-- Supplied material follows --

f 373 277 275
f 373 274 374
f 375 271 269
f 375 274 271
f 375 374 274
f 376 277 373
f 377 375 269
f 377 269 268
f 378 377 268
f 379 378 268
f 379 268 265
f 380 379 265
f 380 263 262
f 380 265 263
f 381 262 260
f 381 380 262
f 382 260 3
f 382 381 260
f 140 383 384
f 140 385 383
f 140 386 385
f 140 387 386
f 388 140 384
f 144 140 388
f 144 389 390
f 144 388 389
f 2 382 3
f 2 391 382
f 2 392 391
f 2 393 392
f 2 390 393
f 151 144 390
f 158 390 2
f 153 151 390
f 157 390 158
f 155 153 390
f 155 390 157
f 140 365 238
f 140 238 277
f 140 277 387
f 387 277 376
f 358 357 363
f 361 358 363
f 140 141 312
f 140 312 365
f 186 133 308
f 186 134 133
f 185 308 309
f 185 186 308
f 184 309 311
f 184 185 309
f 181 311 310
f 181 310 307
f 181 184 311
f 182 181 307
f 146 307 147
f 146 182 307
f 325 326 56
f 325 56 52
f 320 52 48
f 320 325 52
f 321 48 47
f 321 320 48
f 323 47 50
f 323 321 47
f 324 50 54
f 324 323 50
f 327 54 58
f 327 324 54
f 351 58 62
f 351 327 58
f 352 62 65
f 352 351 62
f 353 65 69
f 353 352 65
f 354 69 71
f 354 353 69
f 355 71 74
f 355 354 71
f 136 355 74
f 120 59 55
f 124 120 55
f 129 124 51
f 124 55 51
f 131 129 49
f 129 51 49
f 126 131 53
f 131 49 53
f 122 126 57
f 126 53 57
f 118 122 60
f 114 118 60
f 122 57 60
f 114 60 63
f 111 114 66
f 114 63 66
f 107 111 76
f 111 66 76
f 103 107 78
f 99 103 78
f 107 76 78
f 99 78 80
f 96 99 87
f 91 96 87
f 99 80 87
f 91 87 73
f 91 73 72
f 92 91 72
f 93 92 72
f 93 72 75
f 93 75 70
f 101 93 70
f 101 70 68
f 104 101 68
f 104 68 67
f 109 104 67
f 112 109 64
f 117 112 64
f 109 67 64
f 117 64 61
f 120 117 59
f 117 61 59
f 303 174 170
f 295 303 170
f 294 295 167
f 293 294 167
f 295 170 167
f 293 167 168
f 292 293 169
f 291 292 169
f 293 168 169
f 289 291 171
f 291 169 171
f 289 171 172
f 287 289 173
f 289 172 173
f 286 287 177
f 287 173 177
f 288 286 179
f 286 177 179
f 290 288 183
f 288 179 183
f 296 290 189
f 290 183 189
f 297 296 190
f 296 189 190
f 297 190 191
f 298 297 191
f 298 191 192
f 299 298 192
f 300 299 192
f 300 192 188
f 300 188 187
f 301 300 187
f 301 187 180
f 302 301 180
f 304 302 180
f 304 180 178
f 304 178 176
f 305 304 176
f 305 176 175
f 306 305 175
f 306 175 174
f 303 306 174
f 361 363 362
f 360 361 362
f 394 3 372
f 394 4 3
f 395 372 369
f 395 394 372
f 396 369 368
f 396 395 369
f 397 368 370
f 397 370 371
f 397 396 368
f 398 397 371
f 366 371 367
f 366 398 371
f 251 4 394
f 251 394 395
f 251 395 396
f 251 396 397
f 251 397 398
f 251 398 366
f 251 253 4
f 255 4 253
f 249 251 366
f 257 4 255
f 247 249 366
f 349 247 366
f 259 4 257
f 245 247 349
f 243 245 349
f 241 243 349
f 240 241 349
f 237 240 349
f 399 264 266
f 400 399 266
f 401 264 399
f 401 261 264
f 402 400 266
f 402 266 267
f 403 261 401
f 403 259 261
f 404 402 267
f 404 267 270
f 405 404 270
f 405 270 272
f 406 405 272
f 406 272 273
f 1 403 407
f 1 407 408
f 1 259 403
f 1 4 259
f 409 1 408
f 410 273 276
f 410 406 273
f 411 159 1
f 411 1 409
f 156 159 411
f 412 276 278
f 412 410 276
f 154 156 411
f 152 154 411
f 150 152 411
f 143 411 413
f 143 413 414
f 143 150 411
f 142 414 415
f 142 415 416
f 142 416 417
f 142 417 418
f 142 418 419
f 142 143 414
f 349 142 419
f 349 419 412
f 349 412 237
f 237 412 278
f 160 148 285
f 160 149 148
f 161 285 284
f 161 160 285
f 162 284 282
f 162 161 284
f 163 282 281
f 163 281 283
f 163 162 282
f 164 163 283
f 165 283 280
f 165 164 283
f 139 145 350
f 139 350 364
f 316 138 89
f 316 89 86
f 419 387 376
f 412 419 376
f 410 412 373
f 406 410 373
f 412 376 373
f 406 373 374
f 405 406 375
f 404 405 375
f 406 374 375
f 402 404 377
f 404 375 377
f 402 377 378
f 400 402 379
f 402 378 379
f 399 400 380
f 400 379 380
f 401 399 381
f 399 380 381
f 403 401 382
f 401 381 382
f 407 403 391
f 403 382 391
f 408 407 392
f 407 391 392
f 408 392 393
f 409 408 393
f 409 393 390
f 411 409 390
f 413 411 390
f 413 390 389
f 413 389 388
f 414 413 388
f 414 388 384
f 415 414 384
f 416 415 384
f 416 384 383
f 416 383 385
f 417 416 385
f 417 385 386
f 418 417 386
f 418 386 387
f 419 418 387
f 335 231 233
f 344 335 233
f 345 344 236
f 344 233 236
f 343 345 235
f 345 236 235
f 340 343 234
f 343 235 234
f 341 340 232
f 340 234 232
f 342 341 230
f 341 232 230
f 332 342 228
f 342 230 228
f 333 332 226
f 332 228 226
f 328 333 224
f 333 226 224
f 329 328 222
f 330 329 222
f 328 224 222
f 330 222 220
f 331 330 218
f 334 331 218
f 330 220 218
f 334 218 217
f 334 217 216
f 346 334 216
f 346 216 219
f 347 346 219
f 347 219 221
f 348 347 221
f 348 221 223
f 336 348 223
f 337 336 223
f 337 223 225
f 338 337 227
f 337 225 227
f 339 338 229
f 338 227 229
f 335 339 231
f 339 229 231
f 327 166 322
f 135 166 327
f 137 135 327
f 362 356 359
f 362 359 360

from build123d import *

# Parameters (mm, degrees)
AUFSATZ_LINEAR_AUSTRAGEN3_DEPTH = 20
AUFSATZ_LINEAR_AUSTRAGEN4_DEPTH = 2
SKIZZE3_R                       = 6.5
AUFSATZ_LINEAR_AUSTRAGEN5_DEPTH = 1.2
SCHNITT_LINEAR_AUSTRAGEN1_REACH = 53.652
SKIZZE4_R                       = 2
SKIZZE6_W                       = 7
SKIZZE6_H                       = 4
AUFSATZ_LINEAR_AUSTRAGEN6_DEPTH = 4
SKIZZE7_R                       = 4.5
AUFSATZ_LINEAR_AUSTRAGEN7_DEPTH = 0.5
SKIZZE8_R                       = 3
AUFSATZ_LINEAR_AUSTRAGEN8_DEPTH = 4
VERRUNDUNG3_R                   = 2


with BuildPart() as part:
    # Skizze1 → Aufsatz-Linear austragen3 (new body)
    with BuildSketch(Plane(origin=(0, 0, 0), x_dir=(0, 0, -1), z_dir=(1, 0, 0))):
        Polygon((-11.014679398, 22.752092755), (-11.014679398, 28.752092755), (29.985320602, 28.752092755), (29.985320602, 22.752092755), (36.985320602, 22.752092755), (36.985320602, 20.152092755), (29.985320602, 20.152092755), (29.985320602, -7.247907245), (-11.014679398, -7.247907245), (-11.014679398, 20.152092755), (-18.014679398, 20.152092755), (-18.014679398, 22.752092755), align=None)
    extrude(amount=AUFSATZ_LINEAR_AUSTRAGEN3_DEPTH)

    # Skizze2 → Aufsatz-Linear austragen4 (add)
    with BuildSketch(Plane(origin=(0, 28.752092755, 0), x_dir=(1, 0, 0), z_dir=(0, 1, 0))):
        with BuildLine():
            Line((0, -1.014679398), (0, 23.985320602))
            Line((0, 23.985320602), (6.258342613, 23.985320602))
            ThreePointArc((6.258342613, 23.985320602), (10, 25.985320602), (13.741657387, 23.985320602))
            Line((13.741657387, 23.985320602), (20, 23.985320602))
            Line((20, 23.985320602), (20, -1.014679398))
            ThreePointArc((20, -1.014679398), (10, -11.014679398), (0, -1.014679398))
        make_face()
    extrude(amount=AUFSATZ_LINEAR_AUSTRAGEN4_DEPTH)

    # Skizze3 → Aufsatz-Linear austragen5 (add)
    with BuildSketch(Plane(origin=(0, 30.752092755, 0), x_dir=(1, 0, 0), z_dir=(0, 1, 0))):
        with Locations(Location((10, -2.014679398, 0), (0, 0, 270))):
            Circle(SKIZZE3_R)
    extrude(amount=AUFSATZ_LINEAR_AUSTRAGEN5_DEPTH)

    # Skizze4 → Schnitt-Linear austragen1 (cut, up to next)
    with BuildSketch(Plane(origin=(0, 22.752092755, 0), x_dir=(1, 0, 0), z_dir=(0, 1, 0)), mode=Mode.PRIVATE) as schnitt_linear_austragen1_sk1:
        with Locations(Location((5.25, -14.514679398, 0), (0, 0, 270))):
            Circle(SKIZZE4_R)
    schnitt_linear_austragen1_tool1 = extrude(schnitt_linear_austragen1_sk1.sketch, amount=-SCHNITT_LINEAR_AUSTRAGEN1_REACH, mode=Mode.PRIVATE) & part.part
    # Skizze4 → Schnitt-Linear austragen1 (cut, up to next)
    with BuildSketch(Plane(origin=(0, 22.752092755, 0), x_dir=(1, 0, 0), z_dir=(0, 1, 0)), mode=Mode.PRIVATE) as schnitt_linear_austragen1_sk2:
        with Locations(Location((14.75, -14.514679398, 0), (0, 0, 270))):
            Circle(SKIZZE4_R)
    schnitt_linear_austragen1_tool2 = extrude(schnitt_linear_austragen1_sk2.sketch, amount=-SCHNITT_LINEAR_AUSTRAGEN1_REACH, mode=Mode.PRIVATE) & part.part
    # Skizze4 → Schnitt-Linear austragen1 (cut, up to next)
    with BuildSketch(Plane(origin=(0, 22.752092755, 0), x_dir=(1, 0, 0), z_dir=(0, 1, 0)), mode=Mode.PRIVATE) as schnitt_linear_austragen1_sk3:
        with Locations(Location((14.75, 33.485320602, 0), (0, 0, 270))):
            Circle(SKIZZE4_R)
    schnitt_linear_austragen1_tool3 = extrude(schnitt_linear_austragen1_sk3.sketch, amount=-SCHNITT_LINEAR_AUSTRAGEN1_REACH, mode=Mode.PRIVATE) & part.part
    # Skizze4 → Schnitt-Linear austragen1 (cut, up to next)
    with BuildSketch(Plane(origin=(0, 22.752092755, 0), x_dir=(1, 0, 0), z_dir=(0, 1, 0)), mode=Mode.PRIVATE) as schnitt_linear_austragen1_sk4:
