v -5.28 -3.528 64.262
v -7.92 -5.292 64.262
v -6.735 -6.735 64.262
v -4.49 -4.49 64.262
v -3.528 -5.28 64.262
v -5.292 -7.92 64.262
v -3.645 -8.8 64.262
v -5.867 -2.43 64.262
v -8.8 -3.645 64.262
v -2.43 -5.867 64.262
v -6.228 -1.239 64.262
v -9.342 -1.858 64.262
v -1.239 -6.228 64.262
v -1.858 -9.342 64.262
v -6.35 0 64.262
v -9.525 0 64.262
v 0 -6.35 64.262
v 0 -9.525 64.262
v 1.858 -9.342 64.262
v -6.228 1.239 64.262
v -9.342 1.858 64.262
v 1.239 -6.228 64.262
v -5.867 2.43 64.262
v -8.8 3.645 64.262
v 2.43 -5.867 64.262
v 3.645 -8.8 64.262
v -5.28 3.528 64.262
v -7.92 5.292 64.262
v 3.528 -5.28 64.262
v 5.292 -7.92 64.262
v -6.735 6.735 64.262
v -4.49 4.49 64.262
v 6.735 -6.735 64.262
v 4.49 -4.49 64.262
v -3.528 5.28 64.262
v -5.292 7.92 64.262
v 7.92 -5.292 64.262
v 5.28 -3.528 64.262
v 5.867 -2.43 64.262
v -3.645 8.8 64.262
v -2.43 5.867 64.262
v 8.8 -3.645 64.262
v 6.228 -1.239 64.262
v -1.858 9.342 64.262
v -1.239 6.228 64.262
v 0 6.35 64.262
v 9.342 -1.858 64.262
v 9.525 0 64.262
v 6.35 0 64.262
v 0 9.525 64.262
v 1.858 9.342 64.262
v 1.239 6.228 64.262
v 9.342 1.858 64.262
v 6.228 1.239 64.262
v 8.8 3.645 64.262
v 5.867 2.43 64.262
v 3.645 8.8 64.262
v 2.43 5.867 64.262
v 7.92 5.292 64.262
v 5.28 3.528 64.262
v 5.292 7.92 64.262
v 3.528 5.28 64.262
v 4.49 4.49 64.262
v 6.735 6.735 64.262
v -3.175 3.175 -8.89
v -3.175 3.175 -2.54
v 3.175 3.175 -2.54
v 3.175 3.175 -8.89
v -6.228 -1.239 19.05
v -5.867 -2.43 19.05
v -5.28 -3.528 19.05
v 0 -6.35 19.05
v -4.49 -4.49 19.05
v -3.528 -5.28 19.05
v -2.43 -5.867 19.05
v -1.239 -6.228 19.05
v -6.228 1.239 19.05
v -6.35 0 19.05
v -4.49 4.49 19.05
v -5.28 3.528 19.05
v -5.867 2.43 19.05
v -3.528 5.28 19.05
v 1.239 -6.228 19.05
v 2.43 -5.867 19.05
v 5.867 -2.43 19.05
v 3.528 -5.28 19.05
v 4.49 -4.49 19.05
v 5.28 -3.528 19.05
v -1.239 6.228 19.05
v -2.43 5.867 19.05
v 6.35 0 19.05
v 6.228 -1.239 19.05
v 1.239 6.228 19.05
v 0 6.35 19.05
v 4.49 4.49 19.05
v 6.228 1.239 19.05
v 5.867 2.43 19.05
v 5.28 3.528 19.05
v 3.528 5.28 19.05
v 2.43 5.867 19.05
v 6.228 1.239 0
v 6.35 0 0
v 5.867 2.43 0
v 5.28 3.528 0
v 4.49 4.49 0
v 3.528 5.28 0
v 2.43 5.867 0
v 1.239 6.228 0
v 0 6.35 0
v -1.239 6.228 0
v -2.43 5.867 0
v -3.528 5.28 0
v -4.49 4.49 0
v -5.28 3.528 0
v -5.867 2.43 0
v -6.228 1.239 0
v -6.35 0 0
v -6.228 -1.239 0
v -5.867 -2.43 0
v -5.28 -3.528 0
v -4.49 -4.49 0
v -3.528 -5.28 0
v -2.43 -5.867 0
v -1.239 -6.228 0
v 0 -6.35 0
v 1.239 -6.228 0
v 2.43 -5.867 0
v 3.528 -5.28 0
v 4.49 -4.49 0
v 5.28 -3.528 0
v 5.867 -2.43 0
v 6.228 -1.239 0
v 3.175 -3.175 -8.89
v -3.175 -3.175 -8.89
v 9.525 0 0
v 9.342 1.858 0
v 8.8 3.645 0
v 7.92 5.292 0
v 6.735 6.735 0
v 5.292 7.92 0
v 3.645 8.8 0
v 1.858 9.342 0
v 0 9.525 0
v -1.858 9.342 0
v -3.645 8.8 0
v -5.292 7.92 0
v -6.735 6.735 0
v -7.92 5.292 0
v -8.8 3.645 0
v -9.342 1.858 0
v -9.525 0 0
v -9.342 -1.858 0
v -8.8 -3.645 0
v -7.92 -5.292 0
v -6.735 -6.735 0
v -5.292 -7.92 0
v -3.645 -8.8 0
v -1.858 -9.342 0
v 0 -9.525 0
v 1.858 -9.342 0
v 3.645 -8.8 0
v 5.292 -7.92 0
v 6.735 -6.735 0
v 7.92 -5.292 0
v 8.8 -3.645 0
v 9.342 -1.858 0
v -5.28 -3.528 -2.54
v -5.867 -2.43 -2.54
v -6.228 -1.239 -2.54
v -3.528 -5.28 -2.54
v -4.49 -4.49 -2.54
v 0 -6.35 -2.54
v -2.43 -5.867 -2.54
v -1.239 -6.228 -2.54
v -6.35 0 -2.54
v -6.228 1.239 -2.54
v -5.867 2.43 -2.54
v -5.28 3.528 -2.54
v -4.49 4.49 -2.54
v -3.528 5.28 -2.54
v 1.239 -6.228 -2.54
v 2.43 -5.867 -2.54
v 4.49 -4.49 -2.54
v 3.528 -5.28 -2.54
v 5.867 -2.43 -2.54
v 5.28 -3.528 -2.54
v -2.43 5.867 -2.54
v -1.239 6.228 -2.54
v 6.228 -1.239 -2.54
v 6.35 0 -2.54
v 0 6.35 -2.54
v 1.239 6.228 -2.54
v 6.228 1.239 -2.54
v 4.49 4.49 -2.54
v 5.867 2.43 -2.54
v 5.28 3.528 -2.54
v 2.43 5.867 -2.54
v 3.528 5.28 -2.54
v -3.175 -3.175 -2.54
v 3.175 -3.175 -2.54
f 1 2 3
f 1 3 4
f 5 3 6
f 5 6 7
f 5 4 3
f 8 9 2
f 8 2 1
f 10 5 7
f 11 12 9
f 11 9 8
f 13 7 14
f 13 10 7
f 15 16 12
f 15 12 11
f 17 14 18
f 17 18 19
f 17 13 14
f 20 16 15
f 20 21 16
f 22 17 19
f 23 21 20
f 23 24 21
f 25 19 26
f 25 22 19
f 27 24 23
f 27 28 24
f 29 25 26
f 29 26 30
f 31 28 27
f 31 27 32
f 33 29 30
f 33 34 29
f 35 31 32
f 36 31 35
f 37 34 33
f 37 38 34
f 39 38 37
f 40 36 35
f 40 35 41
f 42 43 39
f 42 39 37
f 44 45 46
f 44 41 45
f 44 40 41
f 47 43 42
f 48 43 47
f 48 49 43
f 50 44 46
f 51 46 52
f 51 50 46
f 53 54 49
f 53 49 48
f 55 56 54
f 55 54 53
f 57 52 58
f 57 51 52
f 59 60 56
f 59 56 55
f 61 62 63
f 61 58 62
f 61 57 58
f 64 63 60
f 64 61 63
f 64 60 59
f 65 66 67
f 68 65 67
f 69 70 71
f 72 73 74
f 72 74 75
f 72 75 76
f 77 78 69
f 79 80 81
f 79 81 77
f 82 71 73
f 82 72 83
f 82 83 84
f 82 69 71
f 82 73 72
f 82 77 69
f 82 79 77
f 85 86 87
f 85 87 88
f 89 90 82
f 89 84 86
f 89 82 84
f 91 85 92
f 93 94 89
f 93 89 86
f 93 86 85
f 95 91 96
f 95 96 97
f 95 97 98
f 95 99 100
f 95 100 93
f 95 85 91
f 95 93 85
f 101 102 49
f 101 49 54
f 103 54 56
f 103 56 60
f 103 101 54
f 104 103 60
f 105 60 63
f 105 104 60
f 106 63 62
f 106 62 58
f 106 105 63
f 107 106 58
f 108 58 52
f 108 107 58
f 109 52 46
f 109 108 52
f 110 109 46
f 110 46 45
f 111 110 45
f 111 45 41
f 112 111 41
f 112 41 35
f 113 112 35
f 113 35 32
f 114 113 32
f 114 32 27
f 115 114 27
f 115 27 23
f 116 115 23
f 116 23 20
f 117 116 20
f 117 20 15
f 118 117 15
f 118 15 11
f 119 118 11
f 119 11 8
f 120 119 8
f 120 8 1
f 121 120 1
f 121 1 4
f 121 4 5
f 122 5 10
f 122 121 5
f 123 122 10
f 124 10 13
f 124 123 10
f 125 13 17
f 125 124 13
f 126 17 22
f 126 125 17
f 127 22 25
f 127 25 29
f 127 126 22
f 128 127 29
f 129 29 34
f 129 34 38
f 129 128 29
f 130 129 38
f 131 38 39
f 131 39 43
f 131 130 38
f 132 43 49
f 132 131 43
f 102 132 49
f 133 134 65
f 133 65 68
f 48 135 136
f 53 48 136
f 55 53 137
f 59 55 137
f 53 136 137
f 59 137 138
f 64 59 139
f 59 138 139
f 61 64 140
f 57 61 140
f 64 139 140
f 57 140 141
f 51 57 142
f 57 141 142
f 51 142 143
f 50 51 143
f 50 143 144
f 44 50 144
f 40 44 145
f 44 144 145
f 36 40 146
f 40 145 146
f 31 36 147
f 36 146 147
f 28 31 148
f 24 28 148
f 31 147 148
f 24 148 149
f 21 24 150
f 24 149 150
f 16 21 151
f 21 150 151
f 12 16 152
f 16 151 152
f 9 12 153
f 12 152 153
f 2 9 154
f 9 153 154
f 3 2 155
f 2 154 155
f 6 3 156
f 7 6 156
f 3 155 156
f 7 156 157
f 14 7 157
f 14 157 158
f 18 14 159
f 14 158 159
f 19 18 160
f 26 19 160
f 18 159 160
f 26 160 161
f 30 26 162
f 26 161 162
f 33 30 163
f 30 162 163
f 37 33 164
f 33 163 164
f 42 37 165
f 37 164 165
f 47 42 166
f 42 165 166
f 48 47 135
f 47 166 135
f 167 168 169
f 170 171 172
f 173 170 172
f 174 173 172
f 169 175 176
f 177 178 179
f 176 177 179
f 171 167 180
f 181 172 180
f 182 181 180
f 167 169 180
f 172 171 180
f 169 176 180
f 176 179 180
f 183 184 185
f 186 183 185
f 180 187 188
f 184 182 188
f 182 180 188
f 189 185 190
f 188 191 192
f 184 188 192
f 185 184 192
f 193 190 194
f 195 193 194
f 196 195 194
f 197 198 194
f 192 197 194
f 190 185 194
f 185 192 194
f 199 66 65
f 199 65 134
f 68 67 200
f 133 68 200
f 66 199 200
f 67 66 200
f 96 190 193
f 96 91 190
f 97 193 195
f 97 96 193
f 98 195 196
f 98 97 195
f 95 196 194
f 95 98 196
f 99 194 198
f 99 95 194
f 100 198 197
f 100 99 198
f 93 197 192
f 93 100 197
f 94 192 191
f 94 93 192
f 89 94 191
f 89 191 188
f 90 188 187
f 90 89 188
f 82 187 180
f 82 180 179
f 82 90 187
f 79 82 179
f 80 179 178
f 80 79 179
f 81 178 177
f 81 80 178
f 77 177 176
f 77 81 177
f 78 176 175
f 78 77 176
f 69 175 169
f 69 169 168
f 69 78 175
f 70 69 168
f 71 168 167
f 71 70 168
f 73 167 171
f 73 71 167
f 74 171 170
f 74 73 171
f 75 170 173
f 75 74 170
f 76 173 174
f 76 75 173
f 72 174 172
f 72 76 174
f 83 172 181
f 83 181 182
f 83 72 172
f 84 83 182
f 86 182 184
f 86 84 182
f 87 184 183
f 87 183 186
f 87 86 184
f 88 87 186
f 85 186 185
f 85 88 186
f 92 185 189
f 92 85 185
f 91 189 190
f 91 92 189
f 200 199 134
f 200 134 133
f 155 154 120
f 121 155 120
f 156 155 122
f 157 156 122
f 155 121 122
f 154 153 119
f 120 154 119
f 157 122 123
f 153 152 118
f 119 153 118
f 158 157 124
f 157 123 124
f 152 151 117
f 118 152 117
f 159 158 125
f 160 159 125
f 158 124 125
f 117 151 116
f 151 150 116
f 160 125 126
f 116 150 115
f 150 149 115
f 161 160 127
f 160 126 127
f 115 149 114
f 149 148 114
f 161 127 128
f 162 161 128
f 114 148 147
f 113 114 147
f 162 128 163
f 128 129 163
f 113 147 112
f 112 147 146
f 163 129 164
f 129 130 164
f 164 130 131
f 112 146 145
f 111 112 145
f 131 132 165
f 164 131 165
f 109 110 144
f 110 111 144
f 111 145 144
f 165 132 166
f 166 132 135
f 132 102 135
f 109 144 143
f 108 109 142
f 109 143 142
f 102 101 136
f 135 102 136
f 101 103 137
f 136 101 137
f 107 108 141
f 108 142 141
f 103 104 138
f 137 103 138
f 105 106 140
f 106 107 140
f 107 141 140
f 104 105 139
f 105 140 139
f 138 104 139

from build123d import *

# Parameters (mm, degrees)
F0_R          = 9.525
F0_R_2        = 6.35
F1_DEPTH      = 64.262
F2_R          = 6.35
F3_DEPTH      = 63.5
F4_DEPTH      = 19.05
F4_DEPTH_BACK = 2.54
F5_W          = 6.35
F5_H          = 6.35
F6_DEPTH      = 6.35


with BuildPart() as f1:
    # F0 (on Top) → F1 (new body)
    with BuildSketch(Plane.XY):
        Circle(F0_R)
        Circle(F0_R_2, mode=Mode.SUBTRACT)
    extrude(amount=F1_DEPTH)

    # F2 (on face) → F3 (cut)
    with BuildSketch(Plane.XY.offset(64.262)):
        Circle(F2_R)
    extrude(amount=-F3_DEPTH, mode=Mode.SUBTRACT)


with BuildPart() as f4:
    # F0 (on Top) → F4 (new body, two sides)
    with BuildSketch(Plane.XY) as f4_sk:
        Circle(F0_R_2)
    extrude(amount=F4_DEPTH)
    extrude(f4_sk.sketch, amount=-F4_DEPTH_BACK)


with BuildPart() as f6:
    # F5 (on face) → F6 (new body)
    with BuildSketch(Plane(origin=(0, 0, -2.54), x_dir=(1, 0, 0), z_dir=(0, 0, -1))):
        Rectangle(F5_W, F5_H)
    extrude(amount=F6_DEPTH)


solid = Compound([f1.part, f4.part, f6.part])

-- Supplied material concluded --

How to complete this task>
Repeat exactly, and only, the run of lines from the start of the material above through the line that holds "f 2 393 392".

Answer space>
f 373 277 275
f 373 274 374
f 375 271 269
f 375 274 271
f 375 374 274
f 376 277 373
f 377 375 269
f 377 269 268
f 378 377 268
f 379 378 268
f 379 268 265
f 380 379 265
f 380 263 262
f 380 265 263
f 381 262 260
f 381 380 262
f 382 260 3
f 382 381 260
f 140 383 384
f 140 385 383
f 140 386 385
f 140 387 386
f 388 140 384
f 144 140 388
f 144 389 390
f 144 388 389
f 2 382 3
f 2 391 382
f 2 392 391
f 2 393 392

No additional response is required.